中文关键词: 集合预报释用,最优百分位融合,台风降水,改进
Abstract:Based on ECMWF ensemble forecast, the optimal percentile fusion product of typhoon rainfall in Guangdong Province is developed by using customized fusion parameters. Verification indicates that threat score (TS) of severe precipitation is significantly improved than the ensemble average product. The longer the forecast lead time, the greater the increment, but Bias and false alarm ratio (FAR) also become greater accordingly. The over-estimation of severe precipitation forecast is related to the divergence of typhoon path forecast. Since the fusion product uses high percentile field for mapping in large rainfall grades, the fusion result of severe precipitation is close to the union of severe rainfall locations of each member. When the typhoon paths are more dispersed, the spatial location of the severe precipitation area of each member is generally more divergent, resulting in the large range error of the severe rainfall area predicted by the fusion product.
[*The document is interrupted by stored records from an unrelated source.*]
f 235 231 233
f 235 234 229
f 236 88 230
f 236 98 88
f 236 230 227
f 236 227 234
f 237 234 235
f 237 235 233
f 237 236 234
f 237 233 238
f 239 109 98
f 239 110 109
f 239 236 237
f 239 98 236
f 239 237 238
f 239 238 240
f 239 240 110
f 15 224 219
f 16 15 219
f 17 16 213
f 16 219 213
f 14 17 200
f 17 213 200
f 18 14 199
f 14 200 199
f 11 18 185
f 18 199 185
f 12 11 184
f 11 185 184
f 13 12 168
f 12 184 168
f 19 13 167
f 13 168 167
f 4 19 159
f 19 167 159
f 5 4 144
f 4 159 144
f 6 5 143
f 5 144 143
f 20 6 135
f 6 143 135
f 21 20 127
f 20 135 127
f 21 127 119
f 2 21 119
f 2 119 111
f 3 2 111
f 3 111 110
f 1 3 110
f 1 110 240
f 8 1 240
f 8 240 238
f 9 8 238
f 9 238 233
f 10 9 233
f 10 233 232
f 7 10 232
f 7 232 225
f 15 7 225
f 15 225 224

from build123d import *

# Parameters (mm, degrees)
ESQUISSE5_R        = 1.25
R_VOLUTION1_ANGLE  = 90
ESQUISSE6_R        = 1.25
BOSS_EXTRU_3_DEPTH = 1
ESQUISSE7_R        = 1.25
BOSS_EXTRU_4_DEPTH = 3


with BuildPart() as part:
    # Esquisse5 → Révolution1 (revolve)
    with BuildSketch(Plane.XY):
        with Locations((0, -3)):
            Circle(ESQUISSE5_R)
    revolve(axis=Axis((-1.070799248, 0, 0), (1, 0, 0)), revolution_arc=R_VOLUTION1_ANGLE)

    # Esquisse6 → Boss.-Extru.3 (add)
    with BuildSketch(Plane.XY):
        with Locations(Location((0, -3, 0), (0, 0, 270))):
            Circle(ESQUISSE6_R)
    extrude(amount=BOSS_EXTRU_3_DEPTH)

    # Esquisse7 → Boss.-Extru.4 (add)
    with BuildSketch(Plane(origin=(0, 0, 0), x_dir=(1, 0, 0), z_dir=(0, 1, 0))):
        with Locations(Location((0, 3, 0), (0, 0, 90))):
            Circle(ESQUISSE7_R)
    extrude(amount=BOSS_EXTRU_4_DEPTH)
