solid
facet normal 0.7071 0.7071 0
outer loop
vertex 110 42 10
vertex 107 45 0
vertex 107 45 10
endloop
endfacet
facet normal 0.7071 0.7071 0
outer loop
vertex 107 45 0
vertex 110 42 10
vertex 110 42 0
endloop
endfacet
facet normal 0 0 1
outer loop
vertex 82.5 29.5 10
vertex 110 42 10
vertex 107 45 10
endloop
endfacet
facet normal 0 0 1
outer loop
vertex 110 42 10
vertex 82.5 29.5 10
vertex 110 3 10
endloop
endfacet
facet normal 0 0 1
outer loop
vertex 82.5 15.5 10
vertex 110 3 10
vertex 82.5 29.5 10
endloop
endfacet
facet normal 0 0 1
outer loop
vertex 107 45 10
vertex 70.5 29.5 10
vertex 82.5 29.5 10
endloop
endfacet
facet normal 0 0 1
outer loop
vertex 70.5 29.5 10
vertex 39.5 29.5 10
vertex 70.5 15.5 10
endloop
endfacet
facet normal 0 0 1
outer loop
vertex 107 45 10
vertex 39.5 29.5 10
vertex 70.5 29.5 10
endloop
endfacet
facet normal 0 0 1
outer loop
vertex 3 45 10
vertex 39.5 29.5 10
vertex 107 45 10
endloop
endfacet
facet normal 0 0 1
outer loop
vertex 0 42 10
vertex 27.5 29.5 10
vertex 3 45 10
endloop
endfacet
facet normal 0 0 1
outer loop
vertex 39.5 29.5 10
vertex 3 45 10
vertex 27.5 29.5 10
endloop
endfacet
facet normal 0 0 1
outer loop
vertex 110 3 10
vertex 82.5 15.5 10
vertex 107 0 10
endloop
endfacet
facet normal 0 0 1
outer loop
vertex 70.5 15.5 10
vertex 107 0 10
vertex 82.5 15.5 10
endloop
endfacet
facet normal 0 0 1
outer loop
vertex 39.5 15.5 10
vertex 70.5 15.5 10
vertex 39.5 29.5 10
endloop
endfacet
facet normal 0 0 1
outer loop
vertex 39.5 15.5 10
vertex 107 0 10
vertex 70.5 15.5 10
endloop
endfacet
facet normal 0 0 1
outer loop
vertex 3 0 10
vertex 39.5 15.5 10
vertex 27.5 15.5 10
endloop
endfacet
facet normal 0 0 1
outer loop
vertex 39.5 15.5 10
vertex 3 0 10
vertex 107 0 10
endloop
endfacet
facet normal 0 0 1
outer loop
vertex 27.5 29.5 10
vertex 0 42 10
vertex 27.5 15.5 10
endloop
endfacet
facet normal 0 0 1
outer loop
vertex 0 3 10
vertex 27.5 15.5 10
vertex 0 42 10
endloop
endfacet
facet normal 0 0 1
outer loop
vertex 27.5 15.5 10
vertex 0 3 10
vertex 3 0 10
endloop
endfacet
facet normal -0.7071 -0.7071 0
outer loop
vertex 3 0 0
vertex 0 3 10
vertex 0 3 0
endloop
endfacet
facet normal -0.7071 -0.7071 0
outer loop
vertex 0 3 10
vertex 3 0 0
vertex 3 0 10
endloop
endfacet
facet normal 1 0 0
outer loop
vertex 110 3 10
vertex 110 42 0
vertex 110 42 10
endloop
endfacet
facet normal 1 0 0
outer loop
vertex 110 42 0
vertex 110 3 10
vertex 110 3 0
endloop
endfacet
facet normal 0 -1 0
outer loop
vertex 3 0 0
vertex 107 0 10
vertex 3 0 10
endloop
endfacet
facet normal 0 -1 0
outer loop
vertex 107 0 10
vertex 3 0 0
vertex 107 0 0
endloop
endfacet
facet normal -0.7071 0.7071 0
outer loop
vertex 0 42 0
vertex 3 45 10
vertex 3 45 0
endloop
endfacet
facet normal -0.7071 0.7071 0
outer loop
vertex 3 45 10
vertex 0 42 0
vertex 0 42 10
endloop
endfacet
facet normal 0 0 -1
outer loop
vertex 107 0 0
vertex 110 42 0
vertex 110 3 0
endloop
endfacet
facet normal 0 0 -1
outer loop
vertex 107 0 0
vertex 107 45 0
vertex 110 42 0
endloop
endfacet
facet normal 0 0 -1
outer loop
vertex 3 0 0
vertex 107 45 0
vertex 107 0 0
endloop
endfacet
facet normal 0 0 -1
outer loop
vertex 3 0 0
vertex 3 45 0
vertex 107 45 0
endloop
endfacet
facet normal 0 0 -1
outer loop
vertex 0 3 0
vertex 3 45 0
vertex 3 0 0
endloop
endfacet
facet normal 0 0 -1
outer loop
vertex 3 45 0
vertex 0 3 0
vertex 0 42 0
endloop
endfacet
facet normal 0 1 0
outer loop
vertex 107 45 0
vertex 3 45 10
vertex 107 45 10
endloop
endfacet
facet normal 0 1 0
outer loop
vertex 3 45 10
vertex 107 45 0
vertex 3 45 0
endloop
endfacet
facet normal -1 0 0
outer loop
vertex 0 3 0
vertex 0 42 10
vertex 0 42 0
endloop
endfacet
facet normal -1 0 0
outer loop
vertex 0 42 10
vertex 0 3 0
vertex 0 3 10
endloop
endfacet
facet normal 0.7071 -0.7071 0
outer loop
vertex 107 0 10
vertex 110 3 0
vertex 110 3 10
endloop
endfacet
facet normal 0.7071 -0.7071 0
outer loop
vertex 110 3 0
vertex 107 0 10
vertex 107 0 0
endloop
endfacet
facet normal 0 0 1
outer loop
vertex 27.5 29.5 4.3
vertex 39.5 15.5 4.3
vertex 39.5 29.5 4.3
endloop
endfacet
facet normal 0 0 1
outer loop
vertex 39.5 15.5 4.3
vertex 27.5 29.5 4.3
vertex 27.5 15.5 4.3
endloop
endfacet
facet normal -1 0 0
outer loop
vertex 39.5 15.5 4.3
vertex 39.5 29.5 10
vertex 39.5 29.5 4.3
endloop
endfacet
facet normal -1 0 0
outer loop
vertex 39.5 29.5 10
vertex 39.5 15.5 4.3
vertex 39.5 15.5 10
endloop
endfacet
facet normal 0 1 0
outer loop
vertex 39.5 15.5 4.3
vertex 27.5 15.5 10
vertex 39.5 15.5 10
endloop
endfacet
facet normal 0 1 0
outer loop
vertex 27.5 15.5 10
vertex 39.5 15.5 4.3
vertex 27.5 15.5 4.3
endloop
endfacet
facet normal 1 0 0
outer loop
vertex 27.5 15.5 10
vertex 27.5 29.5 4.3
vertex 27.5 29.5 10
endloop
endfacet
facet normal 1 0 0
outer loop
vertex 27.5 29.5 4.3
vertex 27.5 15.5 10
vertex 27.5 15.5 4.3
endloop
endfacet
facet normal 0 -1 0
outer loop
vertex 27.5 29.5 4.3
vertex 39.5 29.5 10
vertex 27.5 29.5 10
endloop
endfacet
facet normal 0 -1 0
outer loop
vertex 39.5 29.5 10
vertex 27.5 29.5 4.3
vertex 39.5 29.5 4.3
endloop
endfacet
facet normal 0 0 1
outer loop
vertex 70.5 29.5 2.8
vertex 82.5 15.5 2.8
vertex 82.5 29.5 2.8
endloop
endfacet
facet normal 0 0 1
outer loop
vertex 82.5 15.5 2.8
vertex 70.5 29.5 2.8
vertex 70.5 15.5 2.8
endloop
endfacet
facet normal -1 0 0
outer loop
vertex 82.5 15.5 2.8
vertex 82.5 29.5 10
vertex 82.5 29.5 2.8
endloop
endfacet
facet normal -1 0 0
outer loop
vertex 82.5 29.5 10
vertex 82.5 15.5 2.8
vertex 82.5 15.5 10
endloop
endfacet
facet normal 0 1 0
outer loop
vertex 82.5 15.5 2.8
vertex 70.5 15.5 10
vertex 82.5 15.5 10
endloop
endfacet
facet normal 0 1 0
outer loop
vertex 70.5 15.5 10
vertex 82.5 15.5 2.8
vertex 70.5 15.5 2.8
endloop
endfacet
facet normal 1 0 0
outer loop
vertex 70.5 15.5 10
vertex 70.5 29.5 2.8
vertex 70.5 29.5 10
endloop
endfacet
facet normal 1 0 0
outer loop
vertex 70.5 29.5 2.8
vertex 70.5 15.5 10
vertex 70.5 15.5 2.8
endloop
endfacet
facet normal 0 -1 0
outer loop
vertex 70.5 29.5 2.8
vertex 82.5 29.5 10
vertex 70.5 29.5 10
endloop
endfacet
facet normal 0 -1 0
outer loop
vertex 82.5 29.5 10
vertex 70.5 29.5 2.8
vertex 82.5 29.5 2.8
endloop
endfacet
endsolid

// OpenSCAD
$fn = 32;

// ----------------------------------------------------------------------
// Windowed plate: 2 voids, 110 x 45 x 10 mm
// ----------------------------------------------------------------------

// --- parameters (mm) ---
plate_l = 110;            // plate length, X
plate_w = 45;             // plate width, Y
plate_t = 10;             // plate thickness, Z
edge_margin = 12;         // wall from the plate edge to any window
windows = 2;              // number of windows in the row
win_l = 12;               // window length
win_w = 14;               // window width
win_pitch = 43;           // window pitch along X
depth_1 = 5.7;            // depth of void 1 (full thickness = through)
depth_2 = 7.2;            // depth of void 2 (full thickness = through)
corner_c = 3;             // corner chamfer of the plate

profile = [[3, 0], [107, 0], [110, 3], [110, 42], [107, 45], [3, 45], [0, 42], [0, 3]];  // primary outline, 8 points, counter clockwise
void_1 = [[27.5, 15.5], [39.5, 15.5], [39.5, 29.5], [27.5, 29.5]];  // window 1 of the row, 4 points
void_2 = [[70.5, 15.5], [82.5, 15.5], [82.5, 29.5], [70.5, 29.5]];  // window 2 of the row, 4 points

// --- the one profile operation ---
difference() {
  linear_extrude(height = plate_t) polygon(points = profile);
  translate([0, 0, plate_t - depth_1])
    linear_extrude(height = depth_1 + 1) polygon(points = void_1);
  translate([0, 0, plate_t - depth_2])
    linear_extrude(height = depth_2 + 1) polygon(points = void_2);
}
In order to solve this problem, a forecast index describing the probability of forecasting a certain precipitation threshold is introduced, which can effectively identify the heavy rainfall forecast samples with large false alarms but few hit alarms. Using the index, we are likely able to improve the optimal percentile fusion product. Under the condition of maintaining TS, the improved fusion products have Bias decreasing from 1.27 to 1.03 and FAR from 0.51 to 0.43 during the test period. Meanwhile, the longer the forecast time, the greater the improvement effect of Bias and TS of the fusion products. Therefore, the revised products can provide grid quantitative precipitation forecast with more appropriate severe precipitation scope and more accurate rainfall location in forecasting operation.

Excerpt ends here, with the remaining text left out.